== Problem to work on ==
Would you please transcribe, exactly as written, the lines of the entries below starting at the one that holds "1039.6446609407), (300, 1075))" and ending at the one that holds "extrude(amount=F6_DEPTH, both=True, mode=Mode.SUBTRACT)", both included?

(Records from a data source)
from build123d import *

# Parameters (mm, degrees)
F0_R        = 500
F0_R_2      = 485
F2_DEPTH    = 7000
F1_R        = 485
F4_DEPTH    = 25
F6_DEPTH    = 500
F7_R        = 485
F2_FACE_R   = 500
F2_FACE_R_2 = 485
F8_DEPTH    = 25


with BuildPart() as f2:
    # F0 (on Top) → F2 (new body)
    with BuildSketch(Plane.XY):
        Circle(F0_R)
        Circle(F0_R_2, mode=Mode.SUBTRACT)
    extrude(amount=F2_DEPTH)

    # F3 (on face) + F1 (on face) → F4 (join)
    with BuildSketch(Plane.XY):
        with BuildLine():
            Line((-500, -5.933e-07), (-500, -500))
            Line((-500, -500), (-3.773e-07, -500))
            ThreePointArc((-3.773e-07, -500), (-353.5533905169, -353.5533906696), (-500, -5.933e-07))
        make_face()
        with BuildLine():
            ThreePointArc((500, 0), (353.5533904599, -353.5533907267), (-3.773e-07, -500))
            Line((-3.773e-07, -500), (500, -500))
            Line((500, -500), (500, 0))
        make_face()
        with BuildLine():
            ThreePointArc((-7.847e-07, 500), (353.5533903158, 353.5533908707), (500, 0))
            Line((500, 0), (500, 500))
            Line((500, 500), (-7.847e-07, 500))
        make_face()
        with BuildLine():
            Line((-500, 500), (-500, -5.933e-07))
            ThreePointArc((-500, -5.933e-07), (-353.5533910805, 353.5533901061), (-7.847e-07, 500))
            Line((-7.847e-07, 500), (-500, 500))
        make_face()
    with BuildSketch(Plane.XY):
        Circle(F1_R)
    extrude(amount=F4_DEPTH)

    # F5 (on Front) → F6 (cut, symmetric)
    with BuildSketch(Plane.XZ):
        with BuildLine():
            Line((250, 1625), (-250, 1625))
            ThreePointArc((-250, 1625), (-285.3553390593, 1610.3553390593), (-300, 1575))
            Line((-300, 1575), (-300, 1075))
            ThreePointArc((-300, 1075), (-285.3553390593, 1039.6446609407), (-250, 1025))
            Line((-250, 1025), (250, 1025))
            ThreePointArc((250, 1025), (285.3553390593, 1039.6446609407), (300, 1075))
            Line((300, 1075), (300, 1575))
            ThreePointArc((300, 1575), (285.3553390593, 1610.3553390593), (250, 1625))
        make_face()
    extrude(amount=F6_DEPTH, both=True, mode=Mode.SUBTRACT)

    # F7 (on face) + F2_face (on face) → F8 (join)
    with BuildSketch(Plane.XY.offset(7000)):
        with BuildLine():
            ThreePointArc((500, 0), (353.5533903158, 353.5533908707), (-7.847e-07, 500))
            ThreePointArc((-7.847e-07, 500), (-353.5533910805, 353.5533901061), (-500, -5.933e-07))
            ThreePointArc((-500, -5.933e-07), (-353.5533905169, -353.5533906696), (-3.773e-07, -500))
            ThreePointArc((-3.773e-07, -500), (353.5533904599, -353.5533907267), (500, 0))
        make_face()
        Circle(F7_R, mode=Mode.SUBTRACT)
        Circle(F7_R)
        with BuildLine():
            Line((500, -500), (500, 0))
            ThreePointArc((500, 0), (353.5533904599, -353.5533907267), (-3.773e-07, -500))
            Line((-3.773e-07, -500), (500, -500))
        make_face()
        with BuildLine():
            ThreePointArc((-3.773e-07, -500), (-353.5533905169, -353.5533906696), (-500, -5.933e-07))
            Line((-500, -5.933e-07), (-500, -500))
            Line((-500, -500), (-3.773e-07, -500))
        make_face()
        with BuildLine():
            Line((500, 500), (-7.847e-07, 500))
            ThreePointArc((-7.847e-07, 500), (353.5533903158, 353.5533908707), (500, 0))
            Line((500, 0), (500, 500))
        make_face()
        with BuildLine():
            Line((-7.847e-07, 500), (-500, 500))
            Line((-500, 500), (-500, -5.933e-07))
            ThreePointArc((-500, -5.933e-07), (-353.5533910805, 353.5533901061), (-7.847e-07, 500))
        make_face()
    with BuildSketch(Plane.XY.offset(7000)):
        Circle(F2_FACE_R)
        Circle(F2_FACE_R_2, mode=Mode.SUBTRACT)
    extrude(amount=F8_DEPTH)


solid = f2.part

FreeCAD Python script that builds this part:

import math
import FreeCAD as App
import Part
import Sketcher
from FreeCAD import Vector
Q = App.Units.Quantity


def add_polygon(sketch, points):
    """Adds a closed chain of lines whose ends are joined by coincident constraints."""
    first, n = sketch.GeometryCount, len(points)
    for a, b in zip(points, points[1:] + points[:1]):
        sketch.addGeometry(Part.LineSegment(App.Vector(*a, 0), App.Vector(*b, 0)), False)
    for i in range(n):
        sketch.addConstraint(Sketcher.Constraint("Coincident", first + i, 2, first + (i + 1) % n, 1))

doc = App.newDocument("Part")
body = doc.addObject("PartDesign::Body", "Body")

# Sketch on XY plane
sketch1 = body.newObject("Sketcher::SketchObject", "Sketch")
sketch1.AttachmentSupport = (doc.getObject("XY_Plane"), [""])
sketch1.MapMode = "FlatFace"
sketch1.addGeometry(Part.Circle(Vector(0, 0, 0), Vector(0, 0, 1), 500), False)
sketch1.addGeometry(Part.Circle(Vector(0, 0, 0), Vector(0, 0, 1), 485), False)
sketch1.addConstraint(Sketcher.Constraint("Coincident", 0, 3, -1, 1))
sketch1.addConstraint(Sketcher.Constraint("Coincident", 1, 3, -1, 1))
sketch1.addConstraint(Sketcher.Constraint("Diameter", 0, Q("1000 mm")))
sketch1.addConstraint(Sketcher.Constraint("Diameter", 1, Q("970 mm")))
pad1 = body.newObject("PartDesign::Pad", "Pad")
pad1.Profile = sketch1
pad1.Length = 7000

# Sketch on XY plane
sketch2 = body.newObject("Sketcher::SketchObject", "Sketch001")
sketch2.AttachmentSupport = (doc.getObject("XY_Plane"), [""])
sketch2.MapMode = "FlatFace"
sketch2.addGeometry(Part.LineSegment(Vector(-500, 0, 0), Vector(-500, -500, 0)), False)
sketch2.addGeometry(Part.LineSegment(Vector(-500, -500, 0), Vector(0, -500, 0)), False)
sketch2.addGeometry(Part.ArcOfCircle(Part.Circle(Vector(0, 0, 0), Vector(0, 0, 1), 500), math.radians(-180), math.radians(-90)), False)
sketch2.addGeometry(Part.ArcOfCircle(Part.Circle(Vector(0, 0, 0), Vector(0, 0, 1), 500), math.radians(-90), math.radians(0)), False)
sketch2.addGeometry(Part.LineSegment(Vector(0, -500, 0), Vector(500, -500, 0)), False)
sketch2.addGeometry(Part.LineSegment(Vector(500, -500, 0), Vector(500, 0, 0)), False)
sketch2.addGeometry(Part.ArcOfCircle(Part.Circle(Vector(0, 0, 0), Vector(0, 0, 1), 500), math.radians(0), math.radians(90)), False)
sketch2.addGeometry(Part.LineSegment(Vector(500, 0, 0), Vector(500, 500, 0)), False)
sketch2.addGeometry(Part.LineSegment(Vector(500, 500, 0), Vector(0, 500, 0)), False)
sketch2.addGeometry(Part.LineSegment(Vector(-500, 500, 0), Vector(-500, 0, 0)), False)
sketch2.addGeometry(Part.ArcOfCircle(Part.Circle(Vector(0, 0, 0), Vector(0, 0, 1), 500), math.radians(90), math.radians(180)), False)
sketch2.addGeometry(Part.LineSegment(Vector(0, 500, 0), Vector(-500, 500, 0)), False)
sketch2.addGeometry(Part.Circle(Vector(0, 0, 0), Vector(0, 0, 1), 485), False)
sketch2.addConstraint(Sketcher.Constraint("Coincident", 0, 2, 1, 1))
sketch2.addConstraint(Sketcher.Constraint("Tangent", 1, 2, 2, 2))
sketch2.addConstraint(Sketcher.Constraint("Tangent", 2, 1, 0, 1))
sketch2.addConstraint(Sketcher.Constraint("Tangent", 3, 1, 4, 1))
sketch2.addConstraint(Sketcher.Constraint("Coincident", 4, 2, 5, 1))
sketch2.addConstraint(Sketcher.Constraint("Tangent", 5, 2, 3, 2))
sketch2.addConstraint(Sketcher.Constraint("Tangent", 6, 1, 7, 1))
sketch2.addConstraint(Sketcher.Constraint("Coincident", 7, 2, 8, 1))
sketch2.addConstraint(Sketcher.Constraint("Tangent", 8, 2, 6, 2))
sketch2.addConstraint(Sketcher.Constraint("Tangent", 9, 2, 10, 2))
sketch2.addConstraint(Sketcher.Constraint("Tangent", 10, 1, 11, 1))
sketch2.addConstraint(Sketcher.Constraint("Coincident", 11, 2, 9, 1))
sketch2.addConstraint(Sketcher.Constraint("Vertical", 0))
sketch2.addConstraint(Sketcher.Constraint("Horizontal", 1))
sketch2.addConstraint(Sketcher.Constraint("Horizontal", 4))
sketch2.addConstraint(Sketcher.Constraint("Vertical", 5))
sketch2.addConstraint(Sketcher.Constraint("Vertical", 7))
sketch2.addConstraint(Sketcher.Constraint("Horizontal", 8))
sketch2.addConstraint(Sketcher.Constraint("Vertical", 9))
sketch2.addConstraint(Sketcher.Constraint("Horizontal", 11))
sketch2.addConstraint(Sketcher.Constraint("Coincident", 2, 3, -1, 1))
sketch2.addConstraint(Sketcher.Constraint("Coincident", 3, 3, -1, 1))
sketch2.addConstraint(Sketcher.Constraint("Coincident", 6, 3, -1, 1))
sketch2.addConstraint(Sketcher.Constraint("Coincident", 10, 3, -1, 1))
sketch2.addConstraint(Sketcher.Constraint("Coincident", 12, 3, -1, 1))
sketch2.addConstraint(Sketcher.Constraint("Equal", 2, 3))
sketch2.addConstraint(Sketcher.Constraint("Equal", 3, 6))
sketch2.addConstraint(Sketcher.Constraint("Equal", 6, 10))
sketch2.addConstraint(Sketcher.Constraint("Diameter", 12, Q("970 mm")))
sketch2.addConstraint(Sketcher.Constraint("Radius", 2, Q("500 mm")))
pad2 = body.newObject("PartDesign::Pad", "Pad001")
pad2.Profile = sketch2
pad2.Length = 25

# Sketch on XZ plane
sketch3 = body.newObject("Sketcher::SketchObject", "Sketch002")
sketch3.AttachmentSupport = (doc.getObject("XZ_Plane"), [""])
sketch3.MapMode = "FlatFace"
sketch3.addGeometry(Part.LineSegment(Vector(250, 1625, 0), Vector(-250, 1625, 0)), False)
sketch3.addGeometry(Part.ArcOfCircle(Part.Circle(Vector(-250, 1575, 0), Vector(0, 0, 1), 50), math.radians(90), math.radians(180)), False)
sketch3.addGeometry(Part.LineSegment(Vector(-300, 1575, 0), Vector(-300, 1075, 0)), False)
sketch3.addGeometry(Part.ArcOfCircle(Part.Circle(Vector(-250, 1075, 0), Vector(0, 0, 1), 50), math.radians(180), math.radians(270)), False)
sketch3.addGeometry(Part.LineSegment(Vector(-250, 1025, 0), Vector(250, 1025, 0)), False)
sketch3.addGeometry(Part.ArcOfCircle(Part.Circle(Vector(250, 1075, 0), Vector(0, 0, 1), 50), math.radians(-90), math.radians(0)), False)
sketch3.addGeometry(Part.LineSegment(Vector(300, 1075, 0), Vector(300, 1575, 0)), False)
sketch3.addGeometry(Part.ArcOfCircle(Part.Circle(Vector(250, 1575, 0), Vector(0, 0, 1), 50), math.radians(0), math.radians(90)), False)
sketch3.addConstraint(Sketcher.Constraint("Tangent", 0, 2, 1, 1))
sketch3.addConstraint(Sketcher.Constraint("Tangent", 1, 2, 2, 1))
sketch3.addConstraint(Sketcher.Constraint("Tangent", 2, 2, 3, 1))
sketch3.addConstraint(Sketcher.Constraint("Tangent", 3, 2, 4, 1))
sketch3.addConstraint(Sketcher.Constraint("Tangent", 4, 2, 5, 1))
sketch3.addConstraint(Sketcher.Constraint("Tangent", 5, 2, 6, 1))
sketch3.addConstraint(Sketcher.Constraint("Tangent", 6, 2, 7, 1))
sketch3.addConstraint(Sketcher.Constraint("Tangent", 7, 2, 0, 1))
sketch3.addConstraint(Sketcher.Constraint("Horizontal", 0))
sketch3.addConstraint(Sketcher.Constraint("Vertical", 2))
sketch3.addConstraint(Sketcher.Constraint("Horizontal", 4))
sketch3.addConstraint(Sketcher.Constraint("Vertical", 6))
sketch3.addConstraint(Sketcher.Constraint("Equal", 1, 3))
sketch3.addConstraint(Sketcher.Constraint("Equal", 3, 5))
sketch3.addConstraint(Sketcher.Constraint("Equal", 5, 7))
sketch3.addConstraint(Sketcher.Constraint("Equal", 4, 2))
sketch3.addConstraint(Sketcher.Constraint("Radius", 1, Q("50 mm")))
sketch3.addConstraint(Sketcher.Constraint("DistanceX", 0, 2, 0, 1, Q("500 mm")))
sketch3.addConstraint(Sketcher.Constraint("DistanceX", 1, 3, -1, 1, Q("250 mm")))
sketch3.addConstraint(Sketcher.Constraint("DistanceY", -1, 1, 1, 3, Q("1575 mm")))
pocket1 = body.newObject("PartDesign::Pocket", "Pocket")
pocket1.Profile = sketch3
pocket1.Length = 1000
pocket1.Midplane = True

# Sketch on XY plane
sketch4 = body.newObject("Sketcher::SketchObject", "Sketch003")
sketch4.AttachmentSupport = (doc.getObject("XY_Plane"), [""])
sketch4.MapMode = "FlatFace"
sketch4.AttachmentOffset = App.Placement(Vector(0, 0, 7000), App.Rotation())
add_polygon(sketch4, [(-500, -500), (500, -500), (500, 500), (-500, 500)])  # lines 0-3
sketch4.addConstraint(Sketcher.Constraint("Horizontal", 0))
sketch4.addConstraint(Sketcher.Constraint("Vertical", 1))
sketch4.addConstraint(Sketcher.Constraint("Horizontal", 2))
sketch4.addConstraint(Sketcher.Constraint("Vertical", 3))
sketch4.addConstraint(Sketcher.Constraint("Symmetric", 0, 2, 2, 2, -1, 1))
sketch4.addConstraint(Sketcher.Constraint("Equal", 2, 1))
sketch4.addConstraint(Sketcher.Constraint("DistanceX", 0, 1, 0, 2, Q("1000 mm")))
pad3 = body.newObject("PartDesign::Pad", "Pad002")
pad3.Profile = sketch4
pad3.Length = 25

doc.recompute()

== Task answer ==
            ThreePointArc((250, 1025), (285.3553390593, 1039.6446609407), (300, 1075))
            Line((300, 1075), (300, 1575))
            ThreePointArc((300, 1575), (285.3553390593, 1610.3553390593), (250, 1625))
        make_face()
    extrude(amount=F6_DEPTH, both=True, mode=Mode.SUBTRACT)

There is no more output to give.